- [AIM OF THE EXERCISE]:
Using the material below, return exactly the lines between the one holding "f 411 427 428" and the one holding "line L5 (290, 10) -> (290, 190)", inclusive, and no others.

- [SUPPLIED RECORDS]:
━━━━━━
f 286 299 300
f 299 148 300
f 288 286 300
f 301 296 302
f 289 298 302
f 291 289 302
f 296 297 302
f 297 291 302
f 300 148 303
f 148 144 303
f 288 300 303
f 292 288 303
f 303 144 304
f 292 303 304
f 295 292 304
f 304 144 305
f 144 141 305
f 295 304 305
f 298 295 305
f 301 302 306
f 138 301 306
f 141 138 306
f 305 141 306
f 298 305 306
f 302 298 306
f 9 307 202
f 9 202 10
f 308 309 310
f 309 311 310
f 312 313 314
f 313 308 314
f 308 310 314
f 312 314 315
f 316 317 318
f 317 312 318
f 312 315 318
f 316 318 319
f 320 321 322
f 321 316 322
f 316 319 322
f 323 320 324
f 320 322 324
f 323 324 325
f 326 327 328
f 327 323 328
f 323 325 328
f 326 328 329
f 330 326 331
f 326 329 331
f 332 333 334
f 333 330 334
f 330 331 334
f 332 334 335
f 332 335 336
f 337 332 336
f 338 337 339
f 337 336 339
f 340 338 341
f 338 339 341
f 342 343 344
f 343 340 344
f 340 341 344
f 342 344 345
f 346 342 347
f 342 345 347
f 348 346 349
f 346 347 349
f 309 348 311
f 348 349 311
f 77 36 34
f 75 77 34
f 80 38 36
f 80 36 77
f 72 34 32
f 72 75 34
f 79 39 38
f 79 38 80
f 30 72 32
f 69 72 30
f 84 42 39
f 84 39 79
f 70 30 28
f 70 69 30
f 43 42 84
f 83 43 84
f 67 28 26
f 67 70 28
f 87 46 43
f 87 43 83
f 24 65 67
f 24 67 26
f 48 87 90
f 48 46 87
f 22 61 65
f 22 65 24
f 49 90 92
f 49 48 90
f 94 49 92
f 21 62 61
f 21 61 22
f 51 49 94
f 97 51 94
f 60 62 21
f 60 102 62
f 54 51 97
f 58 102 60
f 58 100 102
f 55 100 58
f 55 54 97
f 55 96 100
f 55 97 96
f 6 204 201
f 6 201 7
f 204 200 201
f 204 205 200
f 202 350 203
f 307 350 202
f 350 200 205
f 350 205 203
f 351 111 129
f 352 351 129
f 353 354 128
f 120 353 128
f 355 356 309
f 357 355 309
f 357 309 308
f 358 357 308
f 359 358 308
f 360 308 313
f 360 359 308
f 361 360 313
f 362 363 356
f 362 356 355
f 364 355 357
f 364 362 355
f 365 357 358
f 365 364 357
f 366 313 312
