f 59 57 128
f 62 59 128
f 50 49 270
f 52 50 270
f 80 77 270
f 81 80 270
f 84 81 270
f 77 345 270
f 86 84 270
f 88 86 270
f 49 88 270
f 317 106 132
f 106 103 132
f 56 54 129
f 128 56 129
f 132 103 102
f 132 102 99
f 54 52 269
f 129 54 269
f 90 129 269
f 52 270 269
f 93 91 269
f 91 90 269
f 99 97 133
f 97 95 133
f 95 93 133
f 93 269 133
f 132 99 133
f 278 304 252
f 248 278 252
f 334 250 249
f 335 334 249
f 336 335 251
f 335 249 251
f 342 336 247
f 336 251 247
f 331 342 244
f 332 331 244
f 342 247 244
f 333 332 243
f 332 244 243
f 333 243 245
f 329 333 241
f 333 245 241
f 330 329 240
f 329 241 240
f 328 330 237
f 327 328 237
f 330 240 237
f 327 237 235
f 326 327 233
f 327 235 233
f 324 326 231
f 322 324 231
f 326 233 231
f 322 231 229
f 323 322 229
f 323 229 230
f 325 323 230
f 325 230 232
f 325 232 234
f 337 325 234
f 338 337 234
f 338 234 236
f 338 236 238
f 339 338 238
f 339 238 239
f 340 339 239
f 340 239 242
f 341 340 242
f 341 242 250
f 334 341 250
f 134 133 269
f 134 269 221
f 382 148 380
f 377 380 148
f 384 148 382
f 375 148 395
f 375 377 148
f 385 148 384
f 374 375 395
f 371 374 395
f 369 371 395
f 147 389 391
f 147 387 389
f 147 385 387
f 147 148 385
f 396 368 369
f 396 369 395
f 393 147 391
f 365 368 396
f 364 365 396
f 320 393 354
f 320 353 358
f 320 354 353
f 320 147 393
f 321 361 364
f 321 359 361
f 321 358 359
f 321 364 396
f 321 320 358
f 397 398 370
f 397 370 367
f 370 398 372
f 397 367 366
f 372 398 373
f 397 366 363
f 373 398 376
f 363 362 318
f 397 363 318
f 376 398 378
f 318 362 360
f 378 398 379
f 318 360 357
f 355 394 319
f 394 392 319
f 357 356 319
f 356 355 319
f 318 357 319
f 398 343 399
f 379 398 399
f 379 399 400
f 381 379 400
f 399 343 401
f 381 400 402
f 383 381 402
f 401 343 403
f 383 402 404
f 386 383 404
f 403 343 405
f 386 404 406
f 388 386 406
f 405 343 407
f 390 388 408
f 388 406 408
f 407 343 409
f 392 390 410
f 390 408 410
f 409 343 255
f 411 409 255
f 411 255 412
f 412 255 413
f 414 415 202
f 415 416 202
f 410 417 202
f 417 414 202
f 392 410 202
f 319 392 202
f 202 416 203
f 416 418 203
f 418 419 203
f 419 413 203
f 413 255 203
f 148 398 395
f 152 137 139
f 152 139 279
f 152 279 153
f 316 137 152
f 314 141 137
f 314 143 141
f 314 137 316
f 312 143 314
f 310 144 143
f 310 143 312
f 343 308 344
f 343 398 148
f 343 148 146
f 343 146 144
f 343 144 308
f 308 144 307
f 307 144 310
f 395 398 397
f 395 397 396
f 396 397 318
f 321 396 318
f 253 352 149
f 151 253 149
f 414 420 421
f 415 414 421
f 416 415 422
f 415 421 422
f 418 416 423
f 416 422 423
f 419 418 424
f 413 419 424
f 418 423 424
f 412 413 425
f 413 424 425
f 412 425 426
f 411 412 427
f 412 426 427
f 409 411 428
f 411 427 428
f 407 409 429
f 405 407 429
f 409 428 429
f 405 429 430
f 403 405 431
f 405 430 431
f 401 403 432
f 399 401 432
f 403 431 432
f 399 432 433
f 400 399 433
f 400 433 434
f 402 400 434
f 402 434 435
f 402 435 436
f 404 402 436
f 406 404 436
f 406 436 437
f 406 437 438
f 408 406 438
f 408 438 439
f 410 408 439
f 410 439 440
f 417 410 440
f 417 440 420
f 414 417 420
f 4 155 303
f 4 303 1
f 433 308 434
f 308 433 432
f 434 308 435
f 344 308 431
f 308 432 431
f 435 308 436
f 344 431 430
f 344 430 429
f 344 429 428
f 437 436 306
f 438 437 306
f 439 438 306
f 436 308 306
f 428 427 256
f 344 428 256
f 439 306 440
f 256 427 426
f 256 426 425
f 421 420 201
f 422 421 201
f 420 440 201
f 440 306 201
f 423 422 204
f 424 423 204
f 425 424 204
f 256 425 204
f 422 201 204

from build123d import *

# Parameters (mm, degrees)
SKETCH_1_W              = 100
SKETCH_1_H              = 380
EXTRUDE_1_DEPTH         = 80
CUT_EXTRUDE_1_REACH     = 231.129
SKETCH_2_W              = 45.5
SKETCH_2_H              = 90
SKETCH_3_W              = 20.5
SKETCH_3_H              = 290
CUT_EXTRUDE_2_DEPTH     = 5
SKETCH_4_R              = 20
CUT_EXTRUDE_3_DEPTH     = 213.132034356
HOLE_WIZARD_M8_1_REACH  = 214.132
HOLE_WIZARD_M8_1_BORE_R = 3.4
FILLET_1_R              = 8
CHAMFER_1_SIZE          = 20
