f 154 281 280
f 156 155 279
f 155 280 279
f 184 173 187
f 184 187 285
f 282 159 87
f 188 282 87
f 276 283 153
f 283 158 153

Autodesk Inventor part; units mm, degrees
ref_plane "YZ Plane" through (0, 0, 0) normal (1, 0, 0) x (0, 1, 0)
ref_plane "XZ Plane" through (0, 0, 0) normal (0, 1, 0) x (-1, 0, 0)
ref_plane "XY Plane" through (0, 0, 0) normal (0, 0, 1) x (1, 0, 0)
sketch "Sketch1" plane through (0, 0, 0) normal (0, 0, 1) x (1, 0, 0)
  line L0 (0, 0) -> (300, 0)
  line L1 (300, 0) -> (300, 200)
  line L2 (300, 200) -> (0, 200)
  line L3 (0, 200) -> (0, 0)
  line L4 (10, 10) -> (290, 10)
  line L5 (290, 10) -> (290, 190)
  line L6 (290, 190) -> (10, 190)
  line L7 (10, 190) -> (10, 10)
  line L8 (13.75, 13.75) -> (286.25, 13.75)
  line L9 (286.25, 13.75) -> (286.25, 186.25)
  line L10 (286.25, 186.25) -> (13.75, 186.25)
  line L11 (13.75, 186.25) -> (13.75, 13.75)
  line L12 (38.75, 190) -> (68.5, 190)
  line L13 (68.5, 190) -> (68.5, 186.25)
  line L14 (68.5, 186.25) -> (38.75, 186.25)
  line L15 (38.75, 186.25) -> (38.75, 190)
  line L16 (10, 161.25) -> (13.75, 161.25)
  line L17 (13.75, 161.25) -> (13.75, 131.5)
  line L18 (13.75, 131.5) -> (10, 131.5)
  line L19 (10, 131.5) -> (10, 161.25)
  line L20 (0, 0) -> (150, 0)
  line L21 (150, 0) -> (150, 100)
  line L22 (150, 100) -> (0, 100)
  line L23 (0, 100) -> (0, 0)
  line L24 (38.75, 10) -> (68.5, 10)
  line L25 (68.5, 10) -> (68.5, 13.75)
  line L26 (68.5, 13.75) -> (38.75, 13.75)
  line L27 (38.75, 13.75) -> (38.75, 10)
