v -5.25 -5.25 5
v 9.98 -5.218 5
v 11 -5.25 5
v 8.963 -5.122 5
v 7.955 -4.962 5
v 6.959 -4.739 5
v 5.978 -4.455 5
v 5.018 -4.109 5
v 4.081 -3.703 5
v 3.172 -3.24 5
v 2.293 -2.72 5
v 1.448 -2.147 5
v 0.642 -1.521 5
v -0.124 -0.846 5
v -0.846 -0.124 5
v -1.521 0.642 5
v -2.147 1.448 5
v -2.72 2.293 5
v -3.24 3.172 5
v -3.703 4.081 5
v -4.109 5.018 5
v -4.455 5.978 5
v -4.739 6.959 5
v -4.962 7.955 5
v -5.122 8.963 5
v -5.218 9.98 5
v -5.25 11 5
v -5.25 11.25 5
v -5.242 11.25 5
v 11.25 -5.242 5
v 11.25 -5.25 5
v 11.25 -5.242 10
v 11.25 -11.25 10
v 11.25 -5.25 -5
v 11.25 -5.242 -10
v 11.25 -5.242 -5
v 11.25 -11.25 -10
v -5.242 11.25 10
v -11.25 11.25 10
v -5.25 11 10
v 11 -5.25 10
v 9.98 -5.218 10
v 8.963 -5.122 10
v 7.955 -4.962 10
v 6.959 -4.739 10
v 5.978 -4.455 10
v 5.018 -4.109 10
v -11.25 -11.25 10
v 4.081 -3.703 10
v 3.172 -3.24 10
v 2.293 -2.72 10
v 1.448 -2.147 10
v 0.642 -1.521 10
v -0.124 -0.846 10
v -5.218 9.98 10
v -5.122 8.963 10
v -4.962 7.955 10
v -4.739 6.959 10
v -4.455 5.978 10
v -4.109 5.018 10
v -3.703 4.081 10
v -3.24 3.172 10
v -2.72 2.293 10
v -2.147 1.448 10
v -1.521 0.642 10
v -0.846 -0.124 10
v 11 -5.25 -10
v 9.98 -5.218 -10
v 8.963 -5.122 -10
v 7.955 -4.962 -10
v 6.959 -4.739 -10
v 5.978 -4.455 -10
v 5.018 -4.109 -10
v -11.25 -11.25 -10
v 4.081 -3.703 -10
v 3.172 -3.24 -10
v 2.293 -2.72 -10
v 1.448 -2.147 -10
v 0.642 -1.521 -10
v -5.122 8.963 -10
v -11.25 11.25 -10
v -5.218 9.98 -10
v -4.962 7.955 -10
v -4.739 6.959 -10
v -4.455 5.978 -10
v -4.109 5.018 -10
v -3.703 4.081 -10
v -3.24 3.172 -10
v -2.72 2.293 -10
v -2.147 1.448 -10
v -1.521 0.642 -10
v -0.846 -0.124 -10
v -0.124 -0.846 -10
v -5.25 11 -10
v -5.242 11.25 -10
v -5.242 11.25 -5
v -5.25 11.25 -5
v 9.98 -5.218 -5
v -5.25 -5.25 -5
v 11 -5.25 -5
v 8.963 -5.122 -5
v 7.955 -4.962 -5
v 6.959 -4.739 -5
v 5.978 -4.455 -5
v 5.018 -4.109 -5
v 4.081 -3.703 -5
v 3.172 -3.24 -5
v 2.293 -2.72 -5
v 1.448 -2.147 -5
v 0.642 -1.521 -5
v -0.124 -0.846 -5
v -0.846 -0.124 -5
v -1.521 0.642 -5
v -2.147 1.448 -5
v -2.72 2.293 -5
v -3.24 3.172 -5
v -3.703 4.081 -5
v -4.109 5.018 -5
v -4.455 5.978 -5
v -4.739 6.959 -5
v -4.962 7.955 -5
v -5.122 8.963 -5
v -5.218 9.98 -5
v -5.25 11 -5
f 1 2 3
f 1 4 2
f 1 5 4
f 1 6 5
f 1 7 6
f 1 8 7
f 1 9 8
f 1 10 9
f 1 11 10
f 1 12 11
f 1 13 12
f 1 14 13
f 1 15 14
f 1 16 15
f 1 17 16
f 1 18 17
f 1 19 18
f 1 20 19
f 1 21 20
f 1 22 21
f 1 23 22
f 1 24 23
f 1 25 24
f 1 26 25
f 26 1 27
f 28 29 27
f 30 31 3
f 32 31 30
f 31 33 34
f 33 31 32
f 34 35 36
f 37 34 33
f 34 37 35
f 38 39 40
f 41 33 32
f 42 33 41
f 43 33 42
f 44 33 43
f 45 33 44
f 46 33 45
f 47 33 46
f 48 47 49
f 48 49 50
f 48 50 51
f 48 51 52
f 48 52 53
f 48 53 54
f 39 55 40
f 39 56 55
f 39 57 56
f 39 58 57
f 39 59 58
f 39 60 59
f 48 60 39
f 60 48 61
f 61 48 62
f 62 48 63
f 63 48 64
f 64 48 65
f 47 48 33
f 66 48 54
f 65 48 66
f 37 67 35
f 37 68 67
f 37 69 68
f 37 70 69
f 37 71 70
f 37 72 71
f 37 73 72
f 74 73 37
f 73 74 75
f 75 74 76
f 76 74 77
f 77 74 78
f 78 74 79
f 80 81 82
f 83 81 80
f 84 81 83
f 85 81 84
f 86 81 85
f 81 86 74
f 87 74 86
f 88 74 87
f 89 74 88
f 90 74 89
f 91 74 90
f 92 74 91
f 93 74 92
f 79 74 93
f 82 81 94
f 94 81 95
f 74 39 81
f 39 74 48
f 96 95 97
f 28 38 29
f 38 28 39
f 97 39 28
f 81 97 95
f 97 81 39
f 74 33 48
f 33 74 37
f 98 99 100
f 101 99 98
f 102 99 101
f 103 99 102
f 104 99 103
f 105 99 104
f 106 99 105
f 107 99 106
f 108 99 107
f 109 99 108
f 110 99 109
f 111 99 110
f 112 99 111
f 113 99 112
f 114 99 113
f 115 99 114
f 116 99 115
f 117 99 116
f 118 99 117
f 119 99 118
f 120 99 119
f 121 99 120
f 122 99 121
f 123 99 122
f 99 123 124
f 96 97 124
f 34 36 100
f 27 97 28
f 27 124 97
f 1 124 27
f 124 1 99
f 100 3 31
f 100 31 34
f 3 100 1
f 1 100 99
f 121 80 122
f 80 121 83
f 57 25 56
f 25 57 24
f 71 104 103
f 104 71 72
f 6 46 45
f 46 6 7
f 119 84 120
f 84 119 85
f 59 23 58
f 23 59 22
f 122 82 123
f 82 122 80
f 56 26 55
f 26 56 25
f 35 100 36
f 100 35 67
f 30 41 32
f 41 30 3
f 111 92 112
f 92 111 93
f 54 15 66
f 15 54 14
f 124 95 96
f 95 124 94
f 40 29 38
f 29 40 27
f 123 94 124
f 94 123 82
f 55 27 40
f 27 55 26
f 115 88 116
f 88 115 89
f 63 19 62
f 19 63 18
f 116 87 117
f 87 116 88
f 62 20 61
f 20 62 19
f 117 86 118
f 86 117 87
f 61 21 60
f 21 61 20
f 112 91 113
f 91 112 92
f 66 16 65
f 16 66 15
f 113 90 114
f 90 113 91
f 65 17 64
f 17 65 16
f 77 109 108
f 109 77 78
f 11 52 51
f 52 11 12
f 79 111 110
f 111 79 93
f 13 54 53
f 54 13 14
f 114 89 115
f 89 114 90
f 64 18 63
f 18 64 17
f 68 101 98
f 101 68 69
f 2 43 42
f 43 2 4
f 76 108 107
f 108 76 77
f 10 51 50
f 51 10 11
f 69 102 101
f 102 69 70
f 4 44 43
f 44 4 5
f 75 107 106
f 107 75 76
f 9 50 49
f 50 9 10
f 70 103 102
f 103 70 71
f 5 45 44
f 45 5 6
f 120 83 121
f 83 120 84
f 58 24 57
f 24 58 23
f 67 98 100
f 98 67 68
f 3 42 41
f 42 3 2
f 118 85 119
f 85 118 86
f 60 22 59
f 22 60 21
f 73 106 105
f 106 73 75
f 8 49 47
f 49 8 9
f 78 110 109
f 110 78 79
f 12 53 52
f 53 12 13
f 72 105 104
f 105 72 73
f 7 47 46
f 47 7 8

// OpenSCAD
//resoluciOn
$fn=100;

//ancho del perfil 20 [mm]

module perfil1 (){
    //control del espesor del alumnio en las orillas
    medida=2;
difference(){
  square([20,20],center=true);
  circle(r=2);
  for(i=[1:4]){
  rotate(i*90)
  translate([0,-20/2])
  polygon(points=[[0,-medida],[3,-medida],[3,medida],[5,medida],[5,3],[3,5],[-3,5],[-5,3],[-5,medida],[-3,medida],[-3,-medida]]);
   
   //cuadrado detalle para rodamiento balero*
    rotate(i*90)
   translate([0,-20/2])
   square([7,0.7*2],center=true);   
   }
   
   //square([7,0.7*2],center=true)
   
}

}//fin module


module perfil2(){
translate([-10,0,0])
union(){
translate([20,0,0])
perfil1();
perfil1();
}
}

module esquinero(){
difference(){
cube([22.5,22.5,20],center=true);    

translate([6,6,0])
cube([22.5,22.5,10],center=true); 

translate([11,11,0])
cylinder(r=(22.5/2)+5,h=60,$fn=100,center=true);

tornilloMaquina();
}
    
}

module baleroPatineta(){
difference(){
cylinder(r=22/2,h=7,center=true);
cylinder(r=8/2,h=7+2,center=true);
}    
}


module tornillo(altura=40){
    union(){
    cylinder($fn=6,h=6,r=15/2);
    cylinder($fn=100,h=altura,r=8/2);
    }
}


module tornilloMaquina(altura=5){
    union(){
    cylinder($fn=6,h=3,r=8/2);
    cylinder($fn=100,h=altura,r=5/2);
    }
}

module NEMA(){
union(){
  translate([0,0,20])
  cube([42,42,40],center=true);
  cylinder(r=16/2,h=62);
}

}


//####RENDERIZADOS####

esquinero();

/*
linear_extrude(height=400)
perfil1();
*/

/*
linear_extrude(height=300)
perfil2();
*/

//baleroPatineta();

//tornillo();

//NEMA();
━━━━━━
- [ANSWER]:
f 411 427 428
f 407 409 429
f 405 407 429
f 409 428 429
f 405 429 430
f 403 405 431
f 405 430 431
f 401 403 432
f 399 401 432
f 403 431 432
f 399 432 433
f 400 399 433
f 400 433 434
f 402 400 434
f 402 434 435
f 402 435 436
f 404 402 436
f 406 404 436
f 406 436 437
f 406 437 438
f 408 406 438
f 408 438 439
f 410 408 439
f 410 439 440
f 417 410 440
f 417 440 420
f 414 417 420
f 4 155 303
f 4 303 1
f 433 308 434
f 308 433 432
f 434 308 435
f 344 308 431
f 308 432 431
f 435 308 436
f 344 431 430
f 344 430 429
f 344 429 428
f 437 436 306
f 438 437 306
f 439 438 306
f 436 308 306
f 428 427 256
f 344 428 256
f 439 306 440
f 256 427 426
f 256 426 425
f 421 420 201
f 422 421 201
f 420 440 201
f 440 306 201
f 423 422 204
f 424 423 204
f 425 424 204
f 256 425 204
f 422 201 204

from build123d import *

# Parameters (mm, degrees)
SKETCH_1_W              = 100
SKETCH_1_H              = 380
EXTRUDE_1_DEPTH         = 80
CUT_EXTRUDE_1_REACH     = 231.129
SKETCH_2_W              = 45.5
SKETCH_2_H              = 90
SKETCH_3_W              = 20.5
SKETCH_3_H              = 290
CUT_EXTRUDE_2_DEPTH     = 5
SKETCH_4_R              = 20
CUT_EXTRUDE_3_DEPTH     = 213.132034356
HOLE_WIZARD_M8_1_REACH  = 214.132
HOLE_WIZARD_M8_1_BORE_R = 3.4
FILLET_1_R              = 8
CHAMFER_1_SIZE          = 20
f 154 281 280
f 156 155 279
f 155 280 279
f 184 173 187
f 184 187 285
f 282 159 87
f 188 282 87
f 276 283 153
f 283 158 153

Autodesk Inventor part; units mm, degrees
ref_plane "YZ Plane" through (0, 0, 0) normal (1, 0, 0) x (0, 1, 0)
ref_plane "XZ Plane" through (0, 0, 0) normal (0, 1, 0) x (-1, 0, 0)
ref_plane "XY Plane" through (0, 0, 0) normal (0, 0, 1) x (1, 0, 0)
sketch "Sketch1" plane through (0, 0, 0) normal (0, 0, 1) x (1, 0, 0)
  line L0 (0, 0) -> (300, 0)
  line L1 (300, 0) -> (300, 200)
  line L2 (300, 200) -> (0, 200)
  line L3 (0, 200) -> (0, 0)
  line L4 (10, 10) -> (290, 10)
  line L5 (290, 10) -> (290, 190)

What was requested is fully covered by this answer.